# Marine radio manual by Danielson/Mayoh



## OrangeJoe (3 mo ago)

Hi everyone, 
I looking for the hardcover book: 
Marine radio manual by Danielson and Mayoh. 

Hopefully with the sleeve in tact. 

My grandfather owned this book and it was damaged and I'd like to replace it for him. 

If anyone has a copy they'd be will to sell and ship to Canada please let me know.


----------



## trotterdotpom (Apr 29, 2005)

One or both of the authors worked at Norwood Technical College and there used to be a few ex students on SN, maybe you'll be lucky. There's no place like Ohm.

Rgds, John T


----------



## R651400 (Jun 18, 2005)

Apart from the almost unavailable30's Admiralty Handbook of W/T Part I and II there wasn't any real Marine Radio Handbook in the 50's and I have a feeling until Danielson Mayoh's came out as "The Bible" in the 60's..
Pic may jog a few memories..


----------



## Dimples82 (Aug 24, 2014)

R651400 said:


> Apart from the almost unavailable30's Admiralty Handbook on W/T Part I and II there wasn't any real Marine Radio Handbook in the 50's and I have a feeling until Danielson Mayoh's came out as "The Bible" in the 60's.. Pic may jog a few memories..
> View attachment 694635


----------



## Dimples82 (Aug 24, 2014)

_ I found it very good, I would not have got my ticket in 1972 without it. It explained the theory without loosing its self in mathematics as many text books of trhat era did and currrently do,_


----------



## OrangeJoe (3 mo ago)

R651400 said:


> Apart from the almost unavailable30's Admiralty Handbook on W/T Part I and II there wasn't any real Marine Radio Handbook in the 50's and I have a feeling until Danielson Mayoh's came out as "The Bible" in the 60's..
> Pic may jog a few memories..
> View attachment 694635


Thanks for the photo, that's the one!


----------



## graygordon871 (4 mo ago)

R651400 said:


> Apart from the almost unavailable30's Admiralty Handbook of W/T Part I and II there wasn't any real Marine Radio Handbook in the 50's and I have a feeling until Danielson Mayoh's came out as "The Bible" in the 60's..
> Pic may jog a few memories..
> View attachment 694635


----------



## graygordon871 (4 mo ago)

Strangely enough I have both vol1 and vol 2 of Admiralty handbook of wireless telegraphy 1938 not sure where I got them any idea what they are worth?


----------



## 3knots (Nov 9, 2007)

OrangeJoe said:


> Hi everyone,
> I looking for the hardcover book:
> Marine radio manual by Danielson and Mayoh.
> 
> ...


Hi OrangeJoe,
I have this book, in pretty good condition and may be able to help you. Please send me a private message.


----------



## GNUA (Sep 9, 2018)

OrangeJoe said:


> Hi everyone,
> I looking for the hardcover book:
> Marine radio manual by Danielson and Mayoh.
> 
> ...


Hi,

If it falls through with 3knots, let me know as I have this book in good condition albeit without the sleeve.

all the best
Michael


----------



## zl1bbw (May 27, 2014)

I have the book, but will be buried with it, if you need a copy of the cover will get a colour photo copy of it done for you, or could scan and email it?

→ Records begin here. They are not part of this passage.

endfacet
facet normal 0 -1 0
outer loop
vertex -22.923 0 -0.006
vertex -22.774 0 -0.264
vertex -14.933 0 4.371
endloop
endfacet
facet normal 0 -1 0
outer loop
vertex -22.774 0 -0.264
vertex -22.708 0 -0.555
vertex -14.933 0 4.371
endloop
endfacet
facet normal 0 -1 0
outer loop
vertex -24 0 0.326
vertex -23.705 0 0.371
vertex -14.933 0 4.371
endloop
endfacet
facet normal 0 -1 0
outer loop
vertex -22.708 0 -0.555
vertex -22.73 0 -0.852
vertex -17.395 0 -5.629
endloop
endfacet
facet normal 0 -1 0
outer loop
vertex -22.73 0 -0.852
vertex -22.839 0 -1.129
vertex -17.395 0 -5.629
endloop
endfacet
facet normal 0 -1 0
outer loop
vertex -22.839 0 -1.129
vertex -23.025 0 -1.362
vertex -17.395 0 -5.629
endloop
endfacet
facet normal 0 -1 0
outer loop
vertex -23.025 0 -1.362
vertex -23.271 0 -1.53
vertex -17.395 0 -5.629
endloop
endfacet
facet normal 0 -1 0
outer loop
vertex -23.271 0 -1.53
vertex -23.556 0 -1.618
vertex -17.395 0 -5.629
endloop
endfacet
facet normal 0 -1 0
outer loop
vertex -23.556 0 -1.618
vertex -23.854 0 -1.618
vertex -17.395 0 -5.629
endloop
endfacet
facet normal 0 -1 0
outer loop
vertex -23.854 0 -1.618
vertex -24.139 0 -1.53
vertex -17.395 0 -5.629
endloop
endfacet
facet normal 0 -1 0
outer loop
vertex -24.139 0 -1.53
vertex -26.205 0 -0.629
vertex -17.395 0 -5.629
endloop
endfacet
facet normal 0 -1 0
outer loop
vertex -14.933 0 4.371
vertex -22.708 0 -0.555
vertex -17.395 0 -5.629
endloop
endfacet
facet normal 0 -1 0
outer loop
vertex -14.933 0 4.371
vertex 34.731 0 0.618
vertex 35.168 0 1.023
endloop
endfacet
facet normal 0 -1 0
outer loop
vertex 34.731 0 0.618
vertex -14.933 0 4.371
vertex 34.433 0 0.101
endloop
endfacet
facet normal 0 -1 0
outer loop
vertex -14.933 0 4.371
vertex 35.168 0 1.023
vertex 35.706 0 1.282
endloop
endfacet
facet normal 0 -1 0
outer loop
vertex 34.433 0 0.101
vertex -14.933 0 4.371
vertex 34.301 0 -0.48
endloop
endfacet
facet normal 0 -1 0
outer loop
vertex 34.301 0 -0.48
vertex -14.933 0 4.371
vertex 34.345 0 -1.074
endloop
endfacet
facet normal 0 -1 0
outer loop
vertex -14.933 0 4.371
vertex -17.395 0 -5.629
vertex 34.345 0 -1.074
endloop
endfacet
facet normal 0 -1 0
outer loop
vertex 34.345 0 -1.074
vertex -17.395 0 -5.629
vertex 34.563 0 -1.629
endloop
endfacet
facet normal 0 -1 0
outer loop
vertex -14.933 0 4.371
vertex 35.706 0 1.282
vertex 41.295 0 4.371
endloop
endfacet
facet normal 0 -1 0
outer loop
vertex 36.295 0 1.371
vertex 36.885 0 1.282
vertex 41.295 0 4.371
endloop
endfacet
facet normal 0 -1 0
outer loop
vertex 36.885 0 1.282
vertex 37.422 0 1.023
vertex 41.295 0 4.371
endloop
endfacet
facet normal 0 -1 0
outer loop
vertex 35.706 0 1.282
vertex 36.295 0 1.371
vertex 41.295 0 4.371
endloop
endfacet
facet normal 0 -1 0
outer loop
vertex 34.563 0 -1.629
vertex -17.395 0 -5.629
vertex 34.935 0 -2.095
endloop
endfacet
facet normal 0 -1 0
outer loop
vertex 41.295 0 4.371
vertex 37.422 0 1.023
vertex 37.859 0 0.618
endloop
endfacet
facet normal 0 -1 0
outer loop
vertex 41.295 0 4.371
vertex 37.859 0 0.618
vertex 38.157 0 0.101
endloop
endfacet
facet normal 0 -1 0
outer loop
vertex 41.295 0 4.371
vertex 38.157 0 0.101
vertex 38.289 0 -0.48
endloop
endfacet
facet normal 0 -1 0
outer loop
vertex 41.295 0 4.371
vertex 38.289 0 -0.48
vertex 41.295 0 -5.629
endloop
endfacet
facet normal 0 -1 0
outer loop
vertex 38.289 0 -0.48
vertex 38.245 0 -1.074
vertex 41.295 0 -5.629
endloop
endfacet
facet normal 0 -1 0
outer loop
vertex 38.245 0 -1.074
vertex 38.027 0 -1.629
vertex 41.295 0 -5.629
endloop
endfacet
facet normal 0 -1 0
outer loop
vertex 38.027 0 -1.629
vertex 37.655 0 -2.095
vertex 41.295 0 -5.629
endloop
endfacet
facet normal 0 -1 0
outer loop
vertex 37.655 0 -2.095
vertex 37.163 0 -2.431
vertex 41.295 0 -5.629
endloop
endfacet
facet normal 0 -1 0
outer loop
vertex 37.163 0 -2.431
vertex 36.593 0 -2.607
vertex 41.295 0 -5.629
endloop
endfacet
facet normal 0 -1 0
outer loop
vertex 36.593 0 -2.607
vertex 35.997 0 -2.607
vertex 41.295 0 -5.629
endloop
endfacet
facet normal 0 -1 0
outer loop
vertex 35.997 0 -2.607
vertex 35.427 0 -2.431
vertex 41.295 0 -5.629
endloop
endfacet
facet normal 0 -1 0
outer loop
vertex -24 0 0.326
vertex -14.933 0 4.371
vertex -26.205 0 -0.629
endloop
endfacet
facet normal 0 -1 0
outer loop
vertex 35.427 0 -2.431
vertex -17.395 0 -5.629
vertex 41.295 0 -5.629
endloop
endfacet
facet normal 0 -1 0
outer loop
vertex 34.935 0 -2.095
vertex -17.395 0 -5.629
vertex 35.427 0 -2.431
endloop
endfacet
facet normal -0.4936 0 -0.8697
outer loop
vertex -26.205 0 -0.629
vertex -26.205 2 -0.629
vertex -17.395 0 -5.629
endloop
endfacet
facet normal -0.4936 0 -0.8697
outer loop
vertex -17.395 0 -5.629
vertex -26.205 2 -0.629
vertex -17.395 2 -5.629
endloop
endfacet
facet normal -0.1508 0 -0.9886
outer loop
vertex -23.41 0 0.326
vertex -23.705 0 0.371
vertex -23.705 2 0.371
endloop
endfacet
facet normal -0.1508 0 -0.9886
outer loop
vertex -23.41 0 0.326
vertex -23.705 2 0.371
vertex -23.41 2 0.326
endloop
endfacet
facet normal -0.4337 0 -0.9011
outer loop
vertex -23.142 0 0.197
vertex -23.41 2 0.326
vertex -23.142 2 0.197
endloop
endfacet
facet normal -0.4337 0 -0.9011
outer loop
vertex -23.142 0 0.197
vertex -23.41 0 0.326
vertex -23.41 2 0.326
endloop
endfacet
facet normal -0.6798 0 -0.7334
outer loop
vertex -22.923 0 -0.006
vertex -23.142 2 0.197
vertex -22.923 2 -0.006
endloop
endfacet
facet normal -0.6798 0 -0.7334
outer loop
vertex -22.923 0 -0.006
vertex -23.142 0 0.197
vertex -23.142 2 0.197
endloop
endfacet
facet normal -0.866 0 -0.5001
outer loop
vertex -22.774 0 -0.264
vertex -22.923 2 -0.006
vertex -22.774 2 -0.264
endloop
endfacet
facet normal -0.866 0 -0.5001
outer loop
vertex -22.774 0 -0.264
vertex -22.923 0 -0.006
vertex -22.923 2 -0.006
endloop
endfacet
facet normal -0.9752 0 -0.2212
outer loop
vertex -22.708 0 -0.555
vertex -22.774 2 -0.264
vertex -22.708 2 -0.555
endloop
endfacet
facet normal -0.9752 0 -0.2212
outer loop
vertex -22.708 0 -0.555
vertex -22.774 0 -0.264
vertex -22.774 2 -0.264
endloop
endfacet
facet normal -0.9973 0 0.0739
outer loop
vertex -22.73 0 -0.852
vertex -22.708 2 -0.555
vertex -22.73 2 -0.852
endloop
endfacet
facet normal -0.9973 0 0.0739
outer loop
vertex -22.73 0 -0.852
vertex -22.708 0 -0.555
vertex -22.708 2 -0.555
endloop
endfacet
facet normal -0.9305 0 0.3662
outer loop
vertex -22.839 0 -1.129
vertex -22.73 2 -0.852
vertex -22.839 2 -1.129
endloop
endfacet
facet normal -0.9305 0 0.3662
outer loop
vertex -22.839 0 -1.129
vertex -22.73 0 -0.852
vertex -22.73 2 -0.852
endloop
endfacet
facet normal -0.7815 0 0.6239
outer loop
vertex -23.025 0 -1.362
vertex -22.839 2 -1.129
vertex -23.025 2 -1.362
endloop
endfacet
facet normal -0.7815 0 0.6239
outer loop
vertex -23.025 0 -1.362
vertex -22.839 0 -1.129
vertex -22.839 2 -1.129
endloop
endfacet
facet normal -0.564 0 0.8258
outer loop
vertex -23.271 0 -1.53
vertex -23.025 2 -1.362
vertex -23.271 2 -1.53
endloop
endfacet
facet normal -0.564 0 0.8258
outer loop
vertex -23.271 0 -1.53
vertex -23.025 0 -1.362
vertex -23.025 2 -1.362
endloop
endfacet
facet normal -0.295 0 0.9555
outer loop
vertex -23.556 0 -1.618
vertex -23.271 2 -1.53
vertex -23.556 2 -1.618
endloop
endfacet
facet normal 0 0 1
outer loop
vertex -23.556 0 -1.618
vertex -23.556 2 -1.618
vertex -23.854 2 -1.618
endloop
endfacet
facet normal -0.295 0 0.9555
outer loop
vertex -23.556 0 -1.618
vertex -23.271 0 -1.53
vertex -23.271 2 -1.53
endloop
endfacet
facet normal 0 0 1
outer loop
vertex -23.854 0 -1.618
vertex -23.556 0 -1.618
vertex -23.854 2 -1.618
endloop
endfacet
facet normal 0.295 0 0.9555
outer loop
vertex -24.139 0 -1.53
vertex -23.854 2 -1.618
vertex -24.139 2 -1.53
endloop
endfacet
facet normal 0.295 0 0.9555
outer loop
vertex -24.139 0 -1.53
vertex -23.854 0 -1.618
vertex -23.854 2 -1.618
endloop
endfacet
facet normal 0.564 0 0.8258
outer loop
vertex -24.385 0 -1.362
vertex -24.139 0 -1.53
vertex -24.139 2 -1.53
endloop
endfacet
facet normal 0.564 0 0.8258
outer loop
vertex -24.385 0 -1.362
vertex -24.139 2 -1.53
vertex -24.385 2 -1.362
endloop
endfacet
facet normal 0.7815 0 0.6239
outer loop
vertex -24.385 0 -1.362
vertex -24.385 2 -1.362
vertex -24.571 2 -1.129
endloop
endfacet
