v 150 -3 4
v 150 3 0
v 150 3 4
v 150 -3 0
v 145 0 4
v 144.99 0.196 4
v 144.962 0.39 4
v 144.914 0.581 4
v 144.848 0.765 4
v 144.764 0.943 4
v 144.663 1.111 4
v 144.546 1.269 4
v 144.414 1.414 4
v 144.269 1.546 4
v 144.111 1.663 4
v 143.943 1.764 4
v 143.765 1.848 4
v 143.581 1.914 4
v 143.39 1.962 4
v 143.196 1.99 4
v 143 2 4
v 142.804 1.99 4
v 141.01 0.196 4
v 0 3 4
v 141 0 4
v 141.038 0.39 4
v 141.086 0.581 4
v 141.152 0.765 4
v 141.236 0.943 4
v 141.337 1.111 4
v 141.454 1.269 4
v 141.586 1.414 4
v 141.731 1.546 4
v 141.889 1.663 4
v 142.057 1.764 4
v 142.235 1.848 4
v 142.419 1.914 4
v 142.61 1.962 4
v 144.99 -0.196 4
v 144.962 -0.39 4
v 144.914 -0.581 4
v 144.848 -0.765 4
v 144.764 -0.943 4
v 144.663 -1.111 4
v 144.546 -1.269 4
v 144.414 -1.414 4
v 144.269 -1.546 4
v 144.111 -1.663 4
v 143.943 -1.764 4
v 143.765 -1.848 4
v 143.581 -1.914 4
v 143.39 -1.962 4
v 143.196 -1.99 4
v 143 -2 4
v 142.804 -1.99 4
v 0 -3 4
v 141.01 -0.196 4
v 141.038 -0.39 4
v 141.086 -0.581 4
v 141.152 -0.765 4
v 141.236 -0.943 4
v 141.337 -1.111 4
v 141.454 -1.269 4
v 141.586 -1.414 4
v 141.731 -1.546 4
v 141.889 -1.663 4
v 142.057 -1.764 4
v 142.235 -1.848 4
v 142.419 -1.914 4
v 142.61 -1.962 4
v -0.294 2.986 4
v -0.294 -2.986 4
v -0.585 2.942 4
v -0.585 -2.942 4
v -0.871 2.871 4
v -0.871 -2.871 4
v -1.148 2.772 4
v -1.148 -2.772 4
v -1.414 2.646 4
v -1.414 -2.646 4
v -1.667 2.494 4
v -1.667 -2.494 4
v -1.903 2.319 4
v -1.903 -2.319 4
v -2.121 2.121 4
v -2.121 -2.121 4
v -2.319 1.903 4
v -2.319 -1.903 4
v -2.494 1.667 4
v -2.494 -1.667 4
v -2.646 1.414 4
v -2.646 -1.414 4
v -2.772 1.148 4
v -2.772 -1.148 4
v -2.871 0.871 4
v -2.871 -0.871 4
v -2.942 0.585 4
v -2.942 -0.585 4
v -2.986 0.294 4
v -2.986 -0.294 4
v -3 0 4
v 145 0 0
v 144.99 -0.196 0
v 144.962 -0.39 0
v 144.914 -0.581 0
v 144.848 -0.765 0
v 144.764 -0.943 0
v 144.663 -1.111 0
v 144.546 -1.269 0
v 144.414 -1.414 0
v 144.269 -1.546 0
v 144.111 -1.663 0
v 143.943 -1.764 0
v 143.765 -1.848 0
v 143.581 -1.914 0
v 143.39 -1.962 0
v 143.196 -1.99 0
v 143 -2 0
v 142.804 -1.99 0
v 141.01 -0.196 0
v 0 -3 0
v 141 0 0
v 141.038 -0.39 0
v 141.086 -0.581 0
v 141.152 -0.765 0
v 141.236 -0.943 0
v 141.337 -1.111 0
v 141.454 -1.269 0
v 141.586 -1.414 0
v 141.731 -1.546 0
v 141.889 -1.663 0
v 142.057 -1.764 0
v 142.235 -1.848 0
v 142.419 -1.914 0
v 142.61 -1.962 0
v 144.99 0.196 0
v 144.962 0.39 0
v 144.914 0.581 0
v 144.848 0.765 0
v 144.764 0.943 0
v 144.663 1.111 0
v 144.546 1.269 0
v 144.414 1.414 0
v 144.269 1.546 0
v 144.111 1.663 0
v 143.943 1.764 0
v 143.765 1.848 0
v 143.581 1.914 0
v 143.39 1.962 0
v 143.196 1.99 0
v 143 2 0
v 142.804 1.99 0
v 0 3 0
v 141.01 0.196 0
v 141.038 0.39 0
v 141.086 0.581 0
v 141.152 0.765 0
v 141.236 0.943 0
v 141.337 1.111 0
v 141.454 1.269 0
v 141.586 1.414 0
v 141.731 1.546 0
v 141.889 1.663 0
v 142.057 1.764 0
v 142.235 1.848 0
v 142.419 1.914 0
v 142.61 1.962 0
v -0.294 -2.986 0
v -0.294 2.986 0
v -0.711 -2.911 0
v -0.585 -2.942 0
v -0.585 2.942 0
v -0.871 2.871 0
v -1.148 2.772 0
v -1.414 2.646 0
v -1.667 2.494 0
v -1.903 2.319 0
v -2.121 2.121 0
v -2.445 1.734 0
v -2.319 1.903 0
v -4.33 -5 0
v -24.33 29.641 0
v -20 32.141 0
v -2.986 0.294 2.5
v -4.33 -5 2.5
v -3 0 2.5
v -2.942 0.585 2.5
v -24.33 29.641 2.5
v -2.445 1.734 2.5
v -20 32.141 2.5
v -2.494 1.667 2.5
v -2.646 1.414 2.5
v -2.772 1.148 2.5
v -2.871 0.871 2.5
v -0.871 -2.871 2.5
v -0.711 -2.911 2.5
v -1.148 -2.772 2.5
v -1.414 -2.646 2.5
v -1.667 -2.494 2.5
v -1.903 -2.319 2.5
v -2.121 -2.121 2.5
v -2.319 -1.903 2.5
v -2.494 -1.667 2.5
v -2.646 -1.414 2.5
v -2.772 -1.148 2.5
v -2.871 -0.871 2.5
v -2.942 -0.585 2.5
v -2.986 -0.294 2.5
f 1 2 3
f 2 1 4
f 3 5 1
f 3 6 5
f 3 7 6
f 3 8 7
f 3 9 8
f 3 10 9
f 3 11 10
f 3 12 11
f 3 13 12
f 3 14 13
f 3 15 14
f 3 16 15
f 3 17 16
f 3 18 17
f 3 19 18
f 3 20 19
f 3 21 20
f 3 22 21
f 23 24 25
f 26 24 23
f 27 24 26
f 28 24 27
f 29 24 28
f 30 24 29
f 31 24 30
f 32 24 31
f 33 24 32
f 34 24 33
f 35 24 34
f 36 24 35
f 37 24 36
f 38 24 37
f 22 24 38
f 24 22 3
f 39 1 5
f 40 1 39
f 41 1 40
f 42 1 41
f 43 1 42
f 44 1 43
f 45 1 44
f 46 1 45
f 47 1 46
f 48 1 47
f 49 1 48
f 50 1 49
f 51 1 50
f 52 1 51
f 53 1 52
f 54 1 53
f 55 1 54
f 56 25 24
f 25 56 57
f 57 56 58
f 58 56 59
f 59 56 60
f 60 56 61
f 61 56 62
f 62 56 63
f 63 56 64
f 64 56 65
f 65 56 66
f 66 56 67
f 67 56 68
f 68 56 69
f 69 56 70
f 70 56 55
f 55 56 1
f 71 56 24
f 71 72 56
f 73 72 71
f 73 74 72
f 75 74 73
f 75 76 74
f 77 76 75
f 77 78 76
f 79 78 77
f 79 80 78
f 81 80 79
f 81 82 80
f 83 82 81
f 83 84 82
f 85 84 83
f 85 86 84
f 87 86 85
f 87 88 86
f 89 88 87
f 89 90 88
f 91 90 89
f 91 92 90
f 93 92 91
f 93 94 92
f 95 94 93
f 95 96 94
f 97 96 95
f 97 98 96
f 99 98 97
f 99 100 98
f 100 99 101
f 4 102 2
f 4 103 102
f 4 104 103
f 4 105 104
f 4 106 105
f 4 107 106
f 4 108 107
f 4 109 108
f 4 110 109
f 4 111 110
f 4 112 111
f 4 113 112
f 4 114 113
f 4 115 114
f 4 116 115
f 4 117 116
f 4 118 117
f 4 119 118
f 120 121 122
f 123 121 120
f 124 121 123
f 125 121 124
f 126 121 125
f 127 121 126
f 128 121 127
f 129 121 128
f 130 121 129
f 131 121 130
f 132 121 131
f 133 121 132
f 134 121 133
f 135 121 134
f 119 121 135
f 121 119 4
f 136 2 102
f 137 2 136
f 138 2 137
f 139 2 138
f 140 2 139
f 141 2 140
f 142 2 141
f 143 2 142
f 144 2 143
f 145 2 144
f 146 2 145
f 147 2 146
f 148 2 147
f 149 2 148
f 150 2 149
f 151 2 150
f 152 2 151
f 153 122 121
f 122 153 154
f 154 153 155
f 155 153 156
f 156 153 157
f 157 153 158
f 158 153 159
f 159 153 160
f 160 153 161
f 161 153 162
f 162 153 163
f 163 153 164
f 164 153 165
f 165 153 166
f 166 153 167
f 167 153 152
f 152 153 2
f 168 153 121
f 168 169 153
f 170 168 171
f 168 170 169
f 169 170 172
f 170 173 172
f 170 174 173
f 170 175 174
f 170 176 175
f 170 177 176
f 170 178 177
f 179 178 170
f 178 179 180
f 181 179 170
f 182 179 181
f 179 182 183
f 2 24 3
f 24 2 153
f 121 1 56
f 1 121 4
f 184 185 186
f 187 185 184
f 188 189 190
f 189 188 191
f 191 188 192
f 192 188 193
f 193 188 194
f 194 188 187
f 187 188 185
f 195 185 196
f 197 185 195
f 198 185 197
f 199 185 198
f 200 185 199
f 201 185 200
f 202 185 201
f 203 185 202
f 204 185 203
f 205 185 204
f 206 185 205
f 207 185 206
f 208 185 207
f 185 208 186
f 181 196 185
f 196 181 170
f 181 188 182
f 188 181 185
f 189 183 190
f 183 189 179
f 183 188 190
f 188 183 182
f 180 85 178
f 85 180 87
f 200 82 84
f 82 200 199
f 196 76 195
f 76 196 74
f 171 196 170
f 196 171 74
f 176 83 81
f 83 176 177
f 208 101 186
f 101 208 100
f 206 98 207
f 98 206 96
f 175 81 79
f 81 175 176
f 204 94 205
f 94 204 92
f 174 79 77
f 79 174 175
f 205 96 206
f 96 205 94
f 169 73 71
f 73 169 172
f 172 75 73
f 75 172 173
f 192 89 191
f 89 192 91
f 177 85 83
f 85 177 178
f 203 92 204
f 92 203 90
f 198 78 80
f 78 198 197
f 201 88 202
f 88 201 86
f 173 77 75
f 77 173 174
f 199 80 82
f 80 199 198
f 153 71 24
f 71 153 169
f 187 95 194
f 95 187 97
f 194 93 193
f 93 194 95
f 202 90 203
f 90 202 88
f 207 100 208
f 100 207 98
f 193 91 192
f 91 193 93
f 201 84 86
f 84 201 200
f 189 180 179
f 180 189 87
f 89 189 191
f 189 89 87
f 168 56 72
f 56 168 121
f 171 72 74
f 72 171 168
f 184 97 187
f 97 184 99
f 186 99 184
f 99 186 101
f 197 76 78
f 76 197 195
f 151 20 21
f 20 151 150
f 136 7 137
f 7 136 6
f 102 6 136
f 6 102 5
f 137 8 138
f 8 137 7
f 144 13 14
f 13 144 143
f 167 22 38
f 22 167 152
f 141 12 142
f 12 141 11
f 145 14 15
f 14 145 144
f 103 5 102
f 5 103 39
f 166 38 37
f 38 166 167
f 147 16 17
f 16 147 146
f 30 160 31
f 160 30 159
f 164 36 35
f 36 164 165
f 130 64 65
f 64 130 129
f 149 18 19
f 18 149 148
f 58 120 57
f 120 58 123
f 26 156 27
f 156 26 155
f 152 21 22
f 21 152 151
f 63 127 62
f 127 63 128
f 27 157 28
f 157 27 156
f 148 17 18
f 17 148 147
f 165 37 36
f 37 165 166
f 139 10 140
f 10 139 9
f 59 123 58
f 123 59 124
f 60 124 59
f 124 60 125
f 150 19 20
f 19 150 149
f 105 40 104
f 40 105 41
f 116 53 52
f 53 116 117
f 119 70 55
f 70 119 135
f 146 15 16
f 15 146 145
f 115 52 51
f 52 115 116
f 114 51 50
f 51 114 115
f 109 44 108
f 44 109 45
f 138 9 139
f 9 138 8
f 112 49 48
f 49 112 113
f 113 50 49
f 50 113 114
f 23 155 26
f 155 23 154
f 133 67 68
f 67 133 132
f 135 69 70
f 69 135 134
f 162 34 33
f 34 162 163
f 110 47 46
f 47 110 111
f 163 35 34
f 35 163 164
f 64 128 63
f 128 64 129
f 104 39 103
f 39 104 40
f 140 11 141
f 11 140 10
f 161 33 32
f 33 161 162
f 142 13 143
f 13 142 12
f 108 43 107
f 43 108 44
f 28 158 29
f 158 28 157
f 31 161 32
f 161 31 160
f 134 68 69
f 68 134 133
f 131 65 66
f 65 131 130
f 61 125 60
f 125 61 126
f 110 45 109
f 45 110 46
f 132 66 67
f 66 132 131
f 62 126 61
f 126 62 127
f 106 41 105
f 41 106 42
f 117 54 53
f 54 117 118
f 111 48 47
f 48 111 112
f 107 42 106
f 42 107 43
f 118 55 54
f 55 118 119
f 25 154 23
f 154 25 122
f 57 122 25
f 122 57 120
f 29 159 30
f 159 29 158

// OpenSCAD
// Handle dimensions (mm)
handle_length = 150;
handle_width = 6;
handle_thickness = 4;

// Spreading foot dimensions (mm)
foot_length = 40;
foot_width = 5;
foot_thickness = 2.5;

// Boss dimensions (mm)
boss_diameter = 6;
boss_height = 4;

// Hole dimensions (mm)
hole_diameter = 4;
hole_x = 143;

// Foot angle (degrees, counter-clockwise from +X axis)
foot_angle = 120;

$fn = 64;

// Main body - union of handle, foot, and boss
difference() {
  union() {
    // Handle: x = 0 to 150, y = -3 to 3, z = 0 to 4
    translate([0, -handle_width/2, 0]) {
      cube([handle_length, handle_width, handle_thickness]);
    }
    
    // Spreading foot: 40 mm long, 5 mm wide, 2.5 mm thick, at 120 degrees
    translate([0, -foot_width/2, 0]) {
      rotate([0, 0, foot_angle]) {
        cube([foot_length, foot_width, foot_thickness]);
      }
    }
    
    // Round boss at origin: 6 mm diameter, 4 mm tall
    cylinder(d=boss_diameter, h=boss_height);
  }
  
  // Subtract hanging hole at x = 143, y = 0
  translate([hole_x, 0, -0.5]) {
    cylinder(d=hole_diameter, h=handle_thickness + 1);
  }
}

Its a pretty good technical book for its era, think it was Danielson that did my entry interview to get into Norwood.

Cheers gavin


----------



## Johnster (Aug 5, 2016)

OrangeJoe said:


> Hi everyone,
> I looking for the hardcover book:
> Marine radio manual by Danielson and Mayoh.
> 
> ...


Try abebooks.com


----------



## R651400 (Jun 18, 2005)

graygordon871 said:


> Strangely enough I have both vol1 and vol 2 of Admiralty handbook of wireless telegraphy 1938 not sure where I got them any idea what they are worth?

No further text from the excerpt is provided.